Data excerpts:
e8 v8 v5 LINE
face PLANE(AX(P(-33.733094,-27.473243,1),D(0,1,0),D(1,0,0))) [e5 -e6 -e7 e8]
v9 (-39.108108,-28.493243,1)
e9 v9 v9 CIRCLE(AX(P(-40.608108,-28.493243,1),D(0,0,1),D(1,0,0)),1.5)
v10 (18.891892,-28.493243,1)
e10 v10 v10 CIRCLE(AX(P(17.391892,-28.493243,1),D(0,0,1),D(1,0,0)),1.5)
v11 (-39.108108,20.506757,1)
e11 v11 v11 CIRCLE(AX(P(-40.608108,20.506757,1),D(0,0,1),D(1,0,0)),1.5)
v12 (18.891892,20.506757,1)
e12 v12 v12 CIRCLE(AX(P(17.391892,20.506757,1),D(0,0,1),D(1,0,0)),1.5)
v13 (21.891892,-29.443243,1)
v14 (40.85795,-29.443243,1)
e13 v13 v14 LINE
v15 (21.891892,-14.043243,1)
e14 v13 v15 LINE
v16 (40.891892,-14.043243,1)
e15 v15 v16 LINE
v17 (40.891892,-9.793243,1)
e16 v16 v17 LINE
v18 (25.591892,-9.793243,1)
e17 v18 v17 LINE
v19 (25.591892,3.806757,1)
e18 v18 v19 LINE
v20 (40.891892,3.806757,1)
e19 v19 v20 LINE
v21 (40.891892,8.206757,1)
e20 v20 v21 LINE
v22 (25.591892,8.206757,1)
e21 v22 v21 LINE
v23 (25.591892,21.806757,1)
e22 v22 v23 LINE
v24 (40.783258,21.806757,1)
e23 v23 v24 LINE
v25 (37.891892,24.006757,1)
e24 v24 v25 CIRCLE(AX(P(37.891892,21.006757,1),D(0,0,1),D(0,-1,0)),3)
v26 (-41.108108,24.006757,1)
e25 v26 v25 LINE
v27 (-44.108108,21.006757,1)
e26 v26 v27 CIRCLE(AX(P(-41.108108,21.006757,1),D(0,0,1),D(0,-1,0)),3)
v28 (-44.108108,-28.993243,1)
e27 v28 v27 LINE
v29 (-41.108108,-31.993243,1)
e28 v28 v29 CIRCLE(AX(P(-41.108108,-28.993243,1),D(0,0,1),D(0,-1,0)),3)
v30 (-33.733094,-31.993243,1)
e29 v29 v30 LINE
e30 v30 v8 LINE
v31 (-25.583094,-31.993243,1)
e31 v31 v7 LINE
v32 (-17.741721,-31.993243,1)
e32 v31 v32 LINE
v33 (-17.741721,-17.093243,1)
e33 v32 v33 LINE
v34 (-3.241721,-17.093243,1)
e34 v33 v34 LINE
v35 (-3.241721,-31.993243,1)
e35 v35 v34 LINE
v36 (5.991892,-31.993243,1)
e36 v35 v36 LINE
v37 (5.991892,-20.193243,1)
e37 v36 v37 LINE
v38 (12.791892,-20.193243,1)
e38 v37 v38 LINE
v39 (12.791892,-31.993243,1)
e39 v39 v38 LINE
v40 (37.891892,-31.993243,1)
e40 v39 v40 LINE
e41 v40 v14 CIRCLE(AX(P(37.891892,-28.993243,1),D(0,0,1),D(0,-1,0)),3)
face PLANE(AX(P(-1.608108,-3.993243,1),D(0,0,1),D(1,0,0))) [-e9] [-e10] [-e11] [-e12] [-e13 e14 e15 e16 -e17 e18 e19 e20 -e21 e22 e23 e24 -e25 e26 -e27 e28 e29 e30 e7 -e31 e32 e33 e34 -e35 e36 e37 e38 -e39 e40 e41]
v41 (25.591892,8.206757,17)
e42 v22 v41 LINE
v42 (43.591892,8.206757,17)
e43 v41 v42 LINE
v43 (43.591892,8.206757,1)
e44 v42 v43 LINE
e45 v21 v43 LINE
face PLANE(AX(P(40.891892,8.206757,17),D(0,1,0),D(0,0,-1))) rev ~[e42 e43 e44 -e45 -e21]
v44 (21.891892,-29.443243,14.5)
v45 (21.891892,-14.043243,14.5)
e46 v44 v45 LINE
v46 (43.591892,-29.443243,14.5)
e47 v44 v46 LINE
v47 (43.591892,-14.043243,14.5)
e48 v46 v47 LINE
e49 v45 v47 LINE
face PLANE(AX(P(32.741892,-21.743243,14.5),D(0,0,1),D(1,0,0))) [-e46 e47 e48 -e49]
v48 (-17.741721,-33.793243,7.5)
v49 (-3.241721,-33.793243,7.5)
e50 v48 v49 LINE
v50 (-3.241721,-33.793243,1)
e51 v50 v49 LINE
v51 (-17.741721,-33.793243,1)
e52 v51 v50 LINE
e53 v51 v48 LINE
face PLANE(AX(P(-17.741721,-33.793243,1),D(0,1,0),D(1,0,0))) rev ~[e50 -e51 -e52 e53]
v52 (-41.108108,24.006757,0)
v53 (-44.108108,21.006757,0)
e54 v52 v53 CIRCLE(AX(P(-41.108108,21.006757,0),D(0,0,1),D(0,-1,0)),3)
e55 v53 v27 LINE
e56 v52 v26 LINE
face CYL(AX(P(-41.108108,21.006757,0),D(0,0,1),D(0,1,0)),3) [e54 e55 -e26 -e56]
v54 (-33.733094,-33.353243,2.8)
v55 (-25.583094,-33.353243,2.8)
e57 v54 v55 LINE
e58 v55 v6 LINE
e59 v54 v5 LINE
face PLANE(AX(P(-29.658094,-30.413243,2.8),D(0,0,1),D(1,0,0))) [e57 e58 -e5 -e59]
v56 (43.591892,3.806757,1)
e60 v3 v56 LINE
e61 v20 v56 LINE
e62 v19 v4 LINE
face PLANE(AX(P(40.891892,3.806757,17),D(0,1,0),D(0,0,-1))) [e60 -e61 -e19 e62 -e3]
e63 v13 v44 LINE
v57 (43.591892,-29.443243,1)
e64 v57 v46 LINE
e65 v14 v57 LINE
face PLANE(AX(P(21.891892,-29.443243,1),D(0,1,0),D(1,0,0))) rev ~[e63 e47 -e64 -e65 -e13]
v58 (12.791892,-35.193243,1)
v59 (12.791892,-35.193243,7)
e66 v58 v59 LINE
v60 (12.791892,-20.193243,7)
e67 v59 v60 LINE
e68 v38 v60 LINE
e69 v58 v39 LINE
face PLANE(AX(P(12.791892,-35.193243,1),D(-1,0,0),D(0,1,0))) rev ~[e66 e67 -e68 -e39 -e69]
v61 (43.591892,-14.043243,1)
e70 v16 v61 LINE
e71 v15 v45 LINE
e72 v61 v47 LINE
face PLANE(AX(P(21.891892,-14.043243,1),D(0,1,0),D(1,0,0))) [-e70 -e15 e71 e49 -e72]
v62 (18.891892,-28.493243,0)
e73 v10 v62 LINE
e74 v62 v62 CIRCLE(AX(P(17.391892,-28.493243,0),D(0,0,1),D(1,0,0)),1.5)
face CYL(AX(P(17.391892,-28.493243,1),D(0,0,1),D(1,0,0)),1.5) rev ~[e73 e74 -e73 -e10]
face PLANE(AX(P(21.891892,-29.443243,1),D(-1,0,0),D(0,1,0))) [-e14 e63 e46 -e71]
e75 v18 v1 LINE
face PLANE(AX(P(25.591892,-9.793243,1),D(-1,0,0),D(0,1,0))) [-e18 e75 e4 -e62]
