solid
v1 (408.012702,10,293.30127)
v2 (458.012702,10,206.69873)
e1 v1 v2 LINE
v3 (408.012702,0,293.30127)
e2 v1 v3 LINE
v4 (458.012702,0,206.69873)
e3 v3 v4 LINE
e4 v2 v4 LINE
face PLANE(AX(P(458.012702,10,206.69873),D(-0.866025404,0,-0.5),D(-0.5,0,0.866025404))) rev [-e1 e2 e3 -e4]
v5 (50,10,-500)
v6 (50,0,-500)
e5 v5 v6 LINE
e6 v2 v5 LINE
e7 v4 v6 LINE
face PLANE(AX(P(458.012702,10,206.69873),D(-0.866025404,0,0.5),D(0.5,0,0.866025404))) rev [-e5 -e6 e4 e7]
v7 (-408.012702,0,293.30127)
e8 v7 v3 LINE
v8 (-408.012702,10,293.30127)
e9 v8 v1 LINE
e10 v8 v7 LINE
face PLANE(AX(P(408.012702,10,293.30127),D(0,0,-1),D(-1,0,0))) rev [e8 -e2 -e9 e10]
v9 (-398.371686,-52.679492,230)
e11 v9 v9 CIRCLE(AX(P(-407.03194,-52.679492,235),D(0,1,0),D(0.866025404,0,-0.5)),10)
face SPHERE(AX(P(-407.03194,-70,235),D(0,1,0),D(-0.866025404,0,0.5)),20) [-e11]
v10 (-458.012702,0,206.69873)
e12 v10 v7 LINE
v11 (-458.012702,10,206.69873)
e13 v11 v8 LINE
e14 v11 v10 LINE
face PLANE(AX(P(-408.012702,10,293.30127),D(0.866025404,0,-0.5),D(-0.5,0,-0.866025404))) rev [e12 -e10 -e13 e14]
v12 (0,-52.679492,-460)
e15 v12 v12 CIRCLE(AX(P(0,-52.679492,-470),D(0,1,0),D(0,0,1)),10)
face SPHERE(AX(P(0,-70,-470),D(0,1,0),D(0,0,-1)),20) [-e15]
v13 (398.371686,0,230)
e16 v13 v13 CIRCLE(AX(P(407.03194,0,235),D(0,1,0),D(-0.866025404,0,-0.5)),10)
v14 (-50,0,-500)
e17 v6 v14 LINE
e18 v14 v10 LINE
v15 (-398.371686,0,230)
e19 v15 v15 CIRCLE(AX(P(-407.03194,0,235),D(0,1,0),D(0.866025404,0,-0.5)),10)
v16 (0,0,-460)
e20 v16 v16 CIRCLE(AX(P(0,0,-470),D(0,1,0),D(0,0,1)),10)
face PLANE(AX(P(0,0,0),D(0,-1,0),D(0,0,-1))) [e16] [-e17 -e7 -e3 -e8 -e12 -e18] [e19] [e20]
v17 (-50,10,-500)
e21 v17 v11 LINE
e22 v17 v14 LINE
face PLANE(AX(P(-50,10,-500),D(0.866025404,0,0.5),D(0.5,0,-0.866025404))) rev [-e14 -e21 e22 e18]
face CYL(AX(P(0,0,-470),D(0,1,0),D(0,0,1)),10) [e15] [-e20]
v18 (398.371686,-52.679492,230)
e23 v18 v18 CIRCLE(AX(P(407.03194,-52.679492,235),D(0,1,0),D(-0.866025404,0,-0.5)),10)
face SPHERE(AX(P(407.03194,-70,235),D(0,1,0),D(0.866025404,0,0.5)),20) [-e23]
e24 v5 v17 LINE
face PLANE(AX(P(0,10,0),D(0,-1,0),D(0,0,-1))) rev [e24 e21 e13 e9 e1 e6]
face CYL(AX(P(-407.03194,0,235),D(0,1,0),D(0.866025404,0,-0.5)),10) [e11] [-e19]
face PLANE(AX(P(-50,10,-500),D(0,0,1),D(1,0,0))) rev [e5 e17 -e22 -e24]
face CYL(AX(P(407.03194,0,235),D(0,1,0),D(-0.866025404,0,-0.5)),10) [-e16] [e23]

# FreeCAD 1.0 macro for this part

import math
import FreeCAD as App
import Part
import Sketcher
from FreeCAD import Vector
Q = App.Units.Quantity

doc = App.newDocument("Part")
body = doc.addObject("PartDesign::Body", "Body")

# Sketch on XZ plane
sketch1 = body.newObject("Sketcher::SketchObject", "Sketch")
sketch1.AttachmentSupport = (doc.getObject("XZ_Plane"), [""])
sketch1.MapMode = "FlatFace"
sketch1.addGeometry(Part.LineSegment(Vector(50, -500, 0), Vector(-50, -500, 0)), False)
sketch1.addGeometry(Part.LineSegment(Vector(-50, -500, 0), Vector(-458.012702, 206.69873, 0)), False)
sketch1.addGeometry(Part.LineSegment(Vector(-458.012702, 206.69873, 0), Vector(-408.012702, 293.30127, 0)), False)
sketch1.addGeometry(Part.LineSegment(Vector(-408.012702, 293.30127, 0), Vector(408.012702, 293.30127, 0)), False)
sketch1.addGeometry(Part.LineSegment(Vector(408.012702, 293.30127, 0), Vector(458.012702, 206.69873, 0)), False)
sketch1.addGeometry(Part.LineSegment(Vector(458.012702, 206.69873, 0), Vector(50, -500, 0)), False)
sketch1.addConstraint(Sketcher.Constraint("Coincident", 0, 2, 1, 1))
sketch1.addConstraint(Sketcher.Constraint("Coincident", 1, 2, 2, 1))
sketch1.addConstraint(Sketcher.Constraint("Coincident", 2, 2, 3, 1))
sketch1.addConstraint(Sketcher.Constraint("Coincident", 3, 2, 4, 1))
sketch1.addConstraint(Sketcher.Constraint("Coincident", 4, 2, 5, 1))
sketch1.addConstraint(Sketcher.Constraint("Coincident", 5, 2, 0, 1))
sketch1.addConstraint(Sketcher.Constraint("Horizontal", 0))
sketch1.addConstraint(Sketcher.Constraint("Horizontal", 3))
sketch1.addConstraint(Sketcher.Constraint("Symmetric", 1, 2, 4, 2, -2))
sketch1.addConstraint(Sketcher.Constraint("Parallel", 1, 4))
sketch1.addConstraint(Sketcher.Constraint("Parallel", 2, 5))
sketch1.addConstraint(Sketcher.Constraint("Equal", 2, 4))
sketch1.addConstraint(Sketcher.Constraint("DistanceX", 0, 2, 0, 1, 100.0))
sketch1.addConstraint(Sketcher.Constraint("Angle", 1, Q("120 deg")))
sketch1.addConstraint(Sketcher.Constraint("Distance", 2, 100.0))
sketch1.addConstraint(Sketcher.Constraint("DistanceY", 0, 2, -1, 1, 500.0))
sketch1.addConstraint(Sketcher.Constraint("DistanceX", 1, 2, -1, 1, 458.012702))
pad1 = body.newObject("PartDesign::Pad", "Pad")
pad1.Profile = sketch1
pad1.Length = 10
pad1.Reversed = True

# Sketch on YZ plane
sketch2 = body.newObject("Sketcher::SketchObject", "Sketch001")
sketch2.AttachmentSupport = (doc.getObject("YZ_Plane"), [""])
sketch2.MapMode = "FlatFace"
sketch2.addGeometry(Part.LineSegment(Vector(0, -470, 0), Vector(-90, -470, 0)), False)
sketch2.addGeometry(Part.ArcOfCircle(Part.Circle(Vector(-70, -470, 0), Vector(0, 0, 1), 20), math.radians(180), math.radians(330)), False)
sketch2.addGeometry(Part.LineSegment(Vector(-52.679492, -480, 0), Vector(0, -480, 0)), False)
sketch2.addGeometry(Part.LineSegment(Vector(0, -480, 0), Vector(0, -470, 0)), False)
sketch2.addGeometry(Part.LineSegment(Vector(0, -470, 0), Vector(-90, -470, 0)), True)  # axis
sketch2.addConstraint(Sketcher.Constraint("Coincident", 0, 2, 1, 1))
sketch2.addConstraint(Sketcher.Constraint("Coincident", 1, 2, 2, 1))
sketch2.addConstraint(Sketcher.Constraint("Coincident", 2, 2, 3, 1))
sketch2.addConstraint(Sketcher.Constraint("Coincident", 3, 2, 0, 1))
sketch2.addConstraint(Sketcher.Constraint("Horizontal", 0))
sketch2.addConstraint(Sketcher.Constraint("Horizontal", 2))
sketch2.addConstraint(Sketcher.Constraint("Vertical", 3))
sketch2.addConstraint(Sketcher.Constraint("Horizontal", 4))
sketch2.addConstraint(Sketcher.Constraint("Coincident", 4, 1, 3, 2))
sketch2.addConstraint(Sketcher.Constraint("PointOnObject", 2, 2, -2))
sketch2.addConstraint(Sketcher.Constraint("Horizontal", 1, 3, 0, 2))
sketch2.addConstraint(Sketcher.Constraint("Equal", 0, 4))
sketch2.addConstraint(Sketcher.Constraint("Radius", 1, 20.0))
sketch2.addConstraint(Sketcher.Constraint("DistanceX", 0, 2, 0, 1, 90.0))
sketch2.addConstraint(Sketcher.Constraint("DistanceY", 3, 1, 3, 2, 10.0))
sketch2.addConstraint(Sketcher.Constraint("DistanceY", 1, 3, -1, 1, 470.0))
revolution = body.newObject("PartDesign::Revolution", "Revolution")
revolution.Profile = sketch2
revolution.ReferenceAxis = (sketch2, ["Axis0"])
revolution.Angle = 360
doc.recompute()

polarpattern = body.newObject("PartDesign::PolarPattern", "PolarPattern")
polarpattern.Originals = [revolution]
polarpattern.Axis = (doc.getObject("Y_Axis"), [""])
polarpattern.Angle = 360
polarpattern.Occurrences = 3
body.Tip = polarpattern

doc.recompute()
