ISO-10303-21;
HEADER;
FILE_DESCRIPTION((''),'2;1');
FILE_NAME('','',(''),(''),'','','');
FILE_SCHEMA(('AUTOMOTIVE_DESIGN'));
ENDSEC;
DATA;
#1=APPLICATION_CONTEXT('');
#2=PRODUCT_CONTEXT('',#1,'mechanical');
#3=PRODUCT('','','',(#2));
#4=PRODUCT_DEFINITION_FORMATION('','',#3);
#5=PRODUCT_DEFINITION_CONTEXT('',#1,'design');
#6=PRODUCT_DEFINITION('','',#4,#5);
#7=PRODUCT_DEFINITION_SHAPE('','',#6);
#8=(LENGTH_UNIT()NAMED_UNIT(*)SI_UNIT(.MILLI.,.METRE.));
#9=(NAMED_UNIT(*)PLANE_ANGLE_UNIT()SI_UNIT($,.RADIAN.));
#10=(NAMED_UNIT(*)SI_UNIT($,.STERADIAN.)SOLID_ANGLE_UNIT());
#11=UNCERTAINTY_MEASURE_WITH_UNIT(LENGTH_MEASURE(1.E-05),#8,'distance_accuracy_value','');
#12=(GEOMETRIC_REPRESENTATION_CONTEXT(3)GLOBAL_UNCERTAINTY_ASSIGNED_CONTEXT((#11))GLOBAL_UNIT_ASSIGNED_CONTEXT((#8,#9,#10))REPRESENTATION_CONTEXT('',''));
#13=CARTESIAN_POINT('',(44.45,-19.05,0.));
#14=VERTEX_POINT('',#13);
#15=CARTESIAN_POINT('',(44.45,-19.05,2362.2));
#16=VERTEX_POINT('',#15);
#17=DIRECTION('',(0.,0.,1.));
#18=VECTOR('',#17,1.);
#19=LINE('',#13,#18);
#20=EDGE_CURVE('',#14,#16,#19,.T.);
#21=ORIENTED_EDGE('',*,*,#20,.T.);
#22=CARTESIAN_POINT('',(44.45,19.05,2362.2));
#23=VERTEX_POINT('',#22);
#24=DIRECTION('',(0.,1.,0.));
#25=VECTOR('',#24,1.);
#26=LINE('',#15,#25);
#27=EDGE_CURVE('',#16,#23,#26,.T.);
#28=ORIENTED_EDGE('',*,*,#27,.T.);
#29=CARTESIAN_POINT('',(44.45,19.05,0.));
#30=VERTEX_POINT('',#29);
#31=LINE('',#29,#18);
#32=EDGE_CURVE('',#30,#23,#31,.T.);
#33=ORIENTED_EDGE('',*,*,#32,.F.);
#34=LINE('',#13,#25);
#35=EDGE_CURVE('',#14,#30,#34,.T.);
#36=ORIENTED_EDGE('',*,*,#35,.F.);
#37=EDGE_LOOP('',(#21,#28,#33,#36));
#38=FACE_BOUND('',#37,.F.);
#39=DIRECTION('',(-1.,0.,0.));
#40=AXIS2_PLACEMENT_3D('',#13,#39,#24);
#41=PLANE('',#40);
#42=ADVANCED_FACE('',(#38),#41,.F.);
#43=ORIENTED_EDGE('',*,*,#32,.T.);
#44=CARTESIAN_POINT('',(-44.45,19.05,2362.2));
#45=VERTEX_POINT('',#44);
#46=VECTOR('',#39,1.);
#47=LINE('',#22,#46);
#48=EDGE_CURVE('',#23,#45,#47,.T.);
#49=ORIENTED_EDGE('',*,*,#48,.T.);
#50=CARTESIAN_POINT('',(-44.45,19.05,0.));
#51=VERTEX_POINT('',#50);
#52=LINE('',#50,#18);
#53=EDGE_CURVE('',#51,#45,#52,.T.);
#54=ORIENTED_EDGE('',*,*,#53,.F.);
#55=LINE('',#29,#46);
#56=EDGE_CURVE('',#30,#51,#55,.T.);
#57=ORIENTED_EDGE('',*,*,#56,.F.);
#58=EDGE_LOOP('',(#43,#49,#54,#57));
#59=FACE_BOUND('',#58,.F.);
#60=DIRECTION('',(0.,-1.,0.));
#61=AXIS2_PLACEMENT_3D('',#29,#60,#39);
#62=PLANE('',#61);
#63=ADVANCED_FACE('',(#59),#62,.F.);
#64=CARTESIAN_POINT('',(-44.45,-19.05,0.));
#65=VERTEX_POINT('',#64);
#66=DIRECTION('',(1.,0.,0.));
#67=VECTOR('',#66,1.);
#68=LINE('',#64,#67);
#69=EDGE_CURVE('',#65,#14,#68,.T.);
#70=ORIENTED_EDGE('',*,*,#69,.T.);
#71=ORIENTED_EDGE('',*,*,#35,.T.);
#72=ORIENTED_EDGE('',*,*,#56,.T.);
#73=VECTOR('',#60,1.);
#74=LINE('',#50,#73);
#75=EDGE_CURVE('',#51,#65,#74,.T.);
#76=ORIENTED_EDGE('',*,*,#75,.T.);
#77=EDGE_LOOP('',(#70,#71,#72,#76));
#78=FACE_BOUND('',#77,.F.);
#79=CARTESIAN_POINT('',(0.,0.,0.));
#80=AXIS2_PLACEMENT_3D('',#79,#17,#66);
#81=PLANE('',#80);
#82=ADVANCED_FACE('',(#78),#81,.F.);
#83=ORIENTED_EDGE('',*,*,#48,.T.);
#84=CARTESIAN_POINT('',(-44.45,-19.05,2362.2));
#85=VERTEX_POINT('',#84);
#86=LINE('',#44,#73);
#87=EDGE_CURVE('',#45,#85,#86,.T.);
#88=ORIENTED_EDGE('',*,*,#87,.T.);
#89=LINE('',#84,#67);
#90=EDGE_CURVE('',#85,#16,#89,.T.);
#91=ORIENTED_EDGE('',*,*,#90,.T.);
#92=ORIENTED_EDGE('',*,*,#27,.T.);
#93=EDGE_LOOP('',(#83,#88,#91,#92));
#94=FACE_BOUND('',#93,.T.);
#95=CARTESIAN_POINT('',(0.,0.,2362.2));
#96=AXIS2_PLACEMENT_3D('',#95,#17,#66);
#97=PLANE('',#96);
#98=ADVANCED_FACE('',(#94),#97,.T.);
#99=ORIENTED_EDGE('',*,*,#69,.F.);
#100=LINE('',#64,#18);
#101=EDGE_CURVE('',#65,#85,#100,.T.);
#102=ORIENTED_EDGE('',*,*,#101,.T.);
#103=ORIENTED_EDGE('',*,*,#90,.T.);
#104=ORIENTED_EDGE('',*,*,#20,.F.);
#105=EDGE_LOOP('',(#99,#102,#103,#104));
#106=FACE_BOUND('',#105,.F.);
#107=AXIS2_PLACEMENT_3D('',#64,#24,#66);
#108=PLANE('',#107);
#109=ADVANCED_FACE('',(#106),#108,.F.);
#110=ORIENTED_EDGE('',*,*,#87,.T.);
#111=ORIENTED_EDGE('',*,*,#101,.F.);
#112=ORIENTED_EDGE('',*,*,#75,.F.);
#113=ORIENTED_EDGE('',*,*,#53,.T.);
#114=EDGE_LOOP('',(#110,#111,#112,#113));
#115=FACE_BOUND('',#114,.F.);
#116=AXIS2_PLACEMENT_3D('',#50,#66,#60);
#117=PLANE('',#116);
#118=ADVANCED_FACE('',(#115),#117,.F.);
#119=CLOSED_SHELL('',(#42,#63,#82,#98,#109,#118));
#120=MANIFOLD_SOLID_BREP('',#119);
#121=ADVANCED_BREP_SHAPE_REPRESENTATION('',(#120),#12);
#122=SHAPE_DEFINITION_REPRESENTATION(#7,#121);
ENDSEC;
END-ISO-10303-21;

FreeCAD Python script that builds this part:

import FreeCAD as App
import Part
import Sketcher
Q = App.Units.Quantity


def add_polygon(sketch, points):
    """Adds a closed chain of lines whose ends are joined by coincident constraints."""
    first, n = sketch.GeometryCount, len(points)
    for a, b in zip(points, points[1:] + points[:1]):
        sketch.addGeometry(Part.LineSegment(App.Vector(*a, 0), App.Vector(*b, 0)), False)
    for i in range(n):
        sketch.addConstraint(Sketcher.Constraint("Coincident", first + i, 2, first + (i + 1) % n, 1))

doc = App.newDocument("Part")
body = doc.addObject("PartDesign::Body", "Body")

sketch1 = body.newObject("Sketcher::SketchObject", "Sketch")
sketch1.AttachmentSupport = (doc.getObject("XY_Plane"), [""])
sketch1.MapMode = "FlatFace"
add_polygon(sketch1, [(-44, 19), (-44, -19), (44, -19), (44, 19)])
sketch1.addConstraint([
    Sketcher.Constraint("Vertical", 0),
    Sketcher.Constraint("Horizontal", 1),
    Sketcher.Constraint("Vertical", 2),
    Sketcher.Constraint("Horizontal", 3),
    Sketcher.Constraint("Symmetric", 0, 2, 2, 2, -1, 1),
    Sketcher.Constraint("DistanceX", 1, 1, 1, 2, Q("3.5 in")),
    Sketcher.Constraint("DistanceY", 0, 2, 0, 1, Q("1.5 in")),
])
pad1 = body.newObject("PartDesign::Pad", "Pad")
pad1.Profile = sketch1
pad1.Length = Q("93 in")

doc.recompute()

| About this exercise |
Return only the lines between the one holding "v10 (18.891892,-28.493243,1)" and the one holding "v18 (25.591892,-9.793243,1)", inclusive, exactly as they appear above.

| Solution to the problem |
v10 (18.891892,-28.493243,1)
e10 v10 v10 CIRCLE(AX(P(17.391892,-28.493243,1),D(0,0,1),D(1,0,0)),1.5)
v11 (-39.108108,20.506757,1)
e11 v11 v11 CIRCLE(AX(P(-40.608108,20.506757,1),D(0,0,1),D(1,0,0)),1.5)
v12 (18.891892,20.506757,1)
e12 v12 v12 CIRCLE(AX(P(17.391892,20.506757,1),D(0,0,1),D(1,0,0)),1.5)
v13 (21.891892,-29.443243,1)
v14 (40.85795,-29.443243,1)
e13 v13 v14 LINE
v15 (21.891892,-14.043243,1)
e14 v13 v15 LINE
v16 (40.891892,-14.043243,1)
e15 v15 v16 LINE
v17 (40.891892,-9.793243,1)
e16 v16 v17 LINE
v18 (25.591892,-9.793243,1)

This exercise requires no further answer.